Task goal: Once you reach the end of the data, transcribe all of it exactly.

┌──

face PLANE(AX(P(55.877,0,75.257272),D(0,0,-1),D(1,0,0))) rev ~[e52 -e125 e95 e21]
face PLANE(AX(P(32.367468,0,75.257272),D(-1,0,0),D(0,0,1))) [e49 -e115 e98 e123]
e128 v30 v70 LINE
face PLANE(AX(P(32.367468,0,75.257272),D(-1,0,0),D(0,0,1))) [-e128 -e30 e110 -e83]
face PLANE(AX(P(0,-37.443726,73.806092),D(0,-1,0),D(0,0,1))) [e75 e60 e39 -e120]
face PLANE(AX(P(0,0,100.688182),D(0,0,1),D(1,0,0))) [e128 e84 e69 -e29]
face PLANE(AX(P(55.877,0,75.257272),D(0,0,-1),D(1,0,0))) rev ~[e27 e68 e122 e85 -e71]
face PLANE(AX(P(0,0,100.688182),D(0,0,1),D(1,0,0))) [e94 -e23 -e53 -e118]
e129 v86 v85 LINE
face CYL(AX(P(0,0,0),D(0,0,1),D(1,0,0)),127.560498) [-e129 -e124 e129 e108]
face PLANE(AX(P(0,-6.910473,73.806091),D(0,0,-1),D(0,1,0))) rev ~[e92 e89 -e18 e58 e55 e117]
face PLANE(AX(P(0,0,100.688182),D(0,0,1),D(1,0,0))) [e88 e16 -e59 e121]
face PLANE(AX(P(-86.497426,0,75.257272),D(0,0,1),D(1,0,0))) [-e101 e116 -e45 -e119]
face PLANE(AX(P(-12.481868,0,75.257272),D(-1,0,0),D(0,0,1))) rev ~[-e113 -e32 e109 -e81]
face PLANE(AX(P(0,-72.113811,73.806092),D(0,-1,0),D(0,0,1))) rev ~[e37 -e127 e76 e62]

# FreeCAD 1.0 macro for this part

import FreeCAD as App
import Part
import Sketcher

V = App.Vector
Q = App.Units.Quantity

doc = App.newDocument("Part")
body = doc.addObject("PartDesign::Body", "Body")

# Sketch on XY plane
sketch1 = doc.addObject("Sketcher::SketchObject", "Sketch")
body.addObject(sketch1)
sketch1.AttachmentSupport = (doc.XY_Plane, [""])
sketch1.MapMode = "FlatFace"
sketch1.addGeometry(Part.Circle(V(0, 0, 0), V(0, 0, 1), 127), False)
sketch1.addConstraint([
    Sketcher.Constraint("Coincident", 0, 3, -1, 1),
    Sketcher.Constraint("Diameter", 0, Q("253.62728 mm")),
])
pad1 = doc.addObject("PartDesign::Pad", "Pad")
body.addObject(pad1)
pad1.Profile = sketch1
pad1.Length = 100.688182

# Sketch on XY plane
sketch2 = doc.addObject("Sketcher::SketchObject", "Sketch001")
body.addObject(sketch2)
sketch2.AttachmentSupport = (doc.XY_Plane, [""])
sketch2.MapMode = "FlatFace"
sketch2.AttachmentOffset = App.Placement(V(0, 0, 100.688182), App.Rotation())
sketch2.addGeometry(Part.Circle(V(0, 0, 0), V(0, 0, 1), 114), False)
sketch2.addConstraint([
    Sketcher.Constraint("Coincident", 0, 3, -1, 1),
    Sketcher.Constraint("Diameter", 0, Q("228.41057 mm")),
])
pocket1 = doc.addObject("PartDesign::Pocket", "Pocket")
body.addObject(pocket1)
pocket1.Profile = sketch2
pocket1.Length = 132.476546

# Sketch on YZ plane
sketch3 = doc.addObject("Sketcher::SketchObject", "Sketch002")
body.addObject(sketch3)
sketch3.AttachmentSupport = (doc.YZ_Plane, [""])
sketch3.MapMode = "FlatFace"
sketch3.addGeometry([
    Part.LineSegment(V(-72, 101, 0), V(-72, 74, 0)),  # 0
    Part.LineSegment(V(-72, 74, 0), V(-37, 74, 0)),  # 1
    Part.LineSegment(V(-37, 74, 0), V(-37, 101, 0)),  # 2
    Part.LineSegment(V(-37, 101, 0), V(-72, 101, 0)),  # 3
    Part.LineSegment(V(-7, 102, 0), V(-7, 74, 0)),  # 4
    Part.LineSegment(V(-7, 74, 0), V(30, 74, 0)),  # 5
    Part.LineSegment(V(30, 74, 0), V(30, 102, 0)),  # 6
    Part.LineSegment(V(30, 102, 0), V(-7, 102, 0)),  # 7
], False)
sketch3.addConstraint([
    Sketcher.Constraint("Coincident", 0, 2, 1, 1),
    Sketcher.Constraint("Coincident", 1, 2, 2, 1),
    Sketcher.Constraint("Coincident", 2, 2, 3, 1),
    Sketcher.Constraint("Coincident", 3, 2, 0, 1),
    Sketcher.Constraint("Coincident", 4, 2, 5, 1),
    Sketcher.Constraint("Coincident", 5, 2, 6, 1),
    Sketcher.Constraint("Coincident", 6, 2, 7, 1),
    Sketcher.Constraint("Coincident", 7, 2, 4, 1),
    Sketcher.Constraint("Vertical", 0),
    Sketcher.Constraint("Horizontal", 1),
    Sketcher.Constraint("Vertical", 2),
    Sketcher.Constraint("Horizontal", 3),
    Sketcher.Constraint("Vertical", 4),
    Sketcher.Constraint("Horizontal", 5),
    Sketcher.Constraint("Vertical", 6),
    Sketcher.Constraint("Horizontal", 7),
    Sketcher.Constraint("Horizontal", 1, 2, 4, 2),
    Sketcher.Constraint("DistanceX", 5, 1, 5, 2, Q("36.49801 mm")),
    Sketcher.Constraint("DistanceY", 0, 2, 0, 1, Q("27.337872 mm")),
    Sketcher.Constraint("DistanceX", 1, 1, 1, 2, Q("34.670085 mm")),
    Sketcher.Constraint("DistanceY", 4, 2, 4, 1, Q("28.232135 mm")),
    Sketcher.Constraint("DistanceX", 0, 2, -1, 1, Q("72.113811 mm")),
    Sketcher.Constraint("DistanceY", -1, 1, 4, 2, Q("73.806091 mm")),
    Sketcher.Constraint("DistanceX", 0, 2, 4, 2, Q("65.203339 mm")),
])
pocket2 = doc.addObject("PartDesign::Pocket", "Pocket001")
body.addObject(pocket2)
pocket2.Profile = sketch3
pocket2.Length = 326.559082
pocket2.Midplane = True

└──

Exercise output:
face PLANE(AX(P(55.877,0,75.257272),D(0,0,-1),D(1,0,0))) rev ~[e52 -e125 e95 e21]
face PLANE(AX(P(32.367468,0,75.257272),D(-1,0,0),D(0,0,1))) [e49 -e115 e98 e123]
e128 v30 v70 LINE
face PLANE(AX(P(32.367468,0,75.257272),D(-1,0,0),D(0,0,1))) [-e128 -e30 e110 -e83]
face PLANE(AX(P(0,-37.443726,73.806092),D(0,-1,0),D(0,0,1))) [e75 e60 e39 -e120]
face PLANE(AX(P(0,0,100.688182),D(0,0,1),D(1,0,0))) [e128 e84 e69 -e29]
face PLANE(AX(P(55.877,0,75.257272),D(0,0,-1),D(1,0,0))) rev ~[e27 e68 e122 e85 -e71]
face PLANE(AX(P(0,0,100.688182),D(0,0,1),D(1,0,0))) [e94 -e23 -e53 -e118]
e129 v86 v85 LINE
face CYL(AX(P(0,0,0),D(0,0,1),D(1,0,0)),127.560498) [-e129 -e124 e129 e108]
face PLANE(AX(P(0,-6.910473,73.806091),D(0,0,-1),D(0,1,0))) rev ~[e92 e89 -e18 e58 e55 e117]
face PLANE(AX(P(0,0,100.688182),D(0,0,1),D(1,0,0))) [e88 e16 -e59 e121]
face PLANE(AX(P(-86.497426,0,75.257272),D(0,0,1),D(1,0,0))) [-e101 e116 -e45 -e119]
face PLANE(AX(P(-12.481868,0,75.257272),D(-1,0,0),D(0,0,1))) rev ~[-e113 -e32 e109 -e81]
face PLANE(AX(P(0,-72.113811,73.806092),D(0,-1,0),D(0,0,1))) rev ~[e37 -e127 e76 e62]

# FreeCAD 1.0 macro for this part

import FreeCAD as App
import Part
import Sketcher

V = App.Vector
Q = App.Units.Quantity

doc = App.newDocument("Part")
body = doc.addObject("PartDesign::Body", "Body")

# Sketch on XY plane
sketch1 = doc.addObject("Sketcher::SketchObject", "Sketch")
body.addObject(sketch1)
sketch1.AttachmentSupport = (doc.XY_Plane, [""])
sketch1.MapMode = "FlatFace"
sketch1.addGeometry(Part.Circle(V(0, 0, 0), V(0, 0, 1), 127), False)
sketch1.addConstraint([
    Sketcher.Constraint("Coincident", 0, 3, -1, 1),
    Sketcher.Constraint("Diameter", 0, Q("253.62728 mm")),
])
pad1 = doc.addObject("PartDesign::Pad", "Pad")
body.addObject(pad1)
pad1.Profile = sketch1
pad1.Length = 100.688182

# Sketch on XY plane
sketch2 = doc.addObject("Sketcher::SketchObject", "Sketch001")
body.addObject(sketch2)
sketch2.AttachmentSupport = (doc.XY_Plane, [""])
sketch2.MapMode = "FlatFace"
sketch2.AttachmentOffset = App.Placement(V(0, 0, 100.688182), App.Rotation())
sketch2.addGeometry(Part.Circle(V(0, 0, 0), V(0, 0, 1), 114), False)
sketch2.addConstraint([
    Sketcher.Constraint("Coincident", 0, 3, -1, 1),
    Sketcher.Constraint("Diameter", 0, Q("228.41057 mm")),
])
pocket1 = doc.addObject("PartDesign::Pocket", "Pocket")
body.addObject(pocket1)
pocket1.Profile = sketch2
pocket1.Length = 132.476546

# Sketch on YZ plane
sketch3 = doc.addObject("Sketcher::SketchObject", "Sketch002")
body.addObject(sketch3)
sketch3.AttachmentSupport = (doc.YZ_Plane, [""])
sketch3.MapMode = "FlatFace"
sketch3.addGeometry([
    Part.LineSegment(V(-72, 101, 0), V(-72, 74, 0)),  # 0
    Part.LineSegment(V(-72, 74, 0), V(-37, 74, 0)),  # 1
    Part.LineSegment(V(-37, 74, 0), V(-37, 101, 0)),  # 2
    Part.LineSegment(V(-37, 101, 0), V(-72, 101, 0)),  # 3
    Part.LineSegment(V(-7, 102, 0), V(-7, 74, 0)),  # 4
    Part.LineSegment(V(-7, 74, 0), V(30, 74, 0)),  # 5
    Part.LineSegment(V(30, 74, 0), V(30, 102, 0)),  # 6
    Part.LineSegment(V(30, 102, 0), V(-7, 102, 0)),  # 7
], False)
sketch3.addConstraint([
    Sketcher.Constraint("Coincident", 0, 2, 1, 1),
    Sketcher.Constraint("Coincident", 1, 2, 2, 1),
    Sketcher.Constraint("Coincident", 2, 2, 3, 1),
    Sketcher.Constraint("Coincident", 3, 2, 0, 1),
    Sketcher.Constraint("Coincident", 4, 2, 5, 1),
    Sketcher.Constraint("Coincident", 5, 2, 6, 1),
    Sketcher.Constraint("Coincident", 6, 2, 7, 1),
    Sketcher.Constraint("Coincident", 7, 2, 4, 1),
    Sketcher.Constraint("Vertical", 0),
    Sketcher.Constraint("Horizontal", 1),
    Sketcher.Constraint("Vertical", 2),
    Sketcher.Constraint("Horizontal", 3),
    Sketcher.Constraint("Vertical", 4),
    Sketcher.Constraint("Horizontal", 5),
    Sketcher.Constraint("Vertical", 6),
    Sketcher.Constraint("Horizontal", 7),
    Sketcher.Constraint("Horizontal", 1, 2, 4, 2),
    Sketcher.Constraint("DistanceX", 5, 1, 5, 2, Q("36.49801 mm")),
    Sketcher.Constraint("DistanceY", 0, 2, 0, 1, Q("27.337872 mm")),
    Sketcher.Constraint("DistanceX", 1, 1, 1, 2, Q("34.670085 mm")),
    Sketcher.Constraint("DistanceY", 4, 2, 4, 1, Q("28.232135 mm")),
    Sketcher.Constraint("DistanceX", 0, 2, -1, 1, Q("72.113811 mm")),
    Sketcher.Constraint("DistanceY", -1, 1, 4, 2, Q("73.806091 mm")),
    Sketcher.Constraint("DistanceX", 0, 2, 4, 2, Q("65.203339 mm")),
])
pocket2 = doc.addObject("PartDesign::Pocket", "Pocket001")
body.addObject(pocket2)
pocket2.Profile = sketch3
pocket2.Length = 326.559082
pocket2.Midplane = True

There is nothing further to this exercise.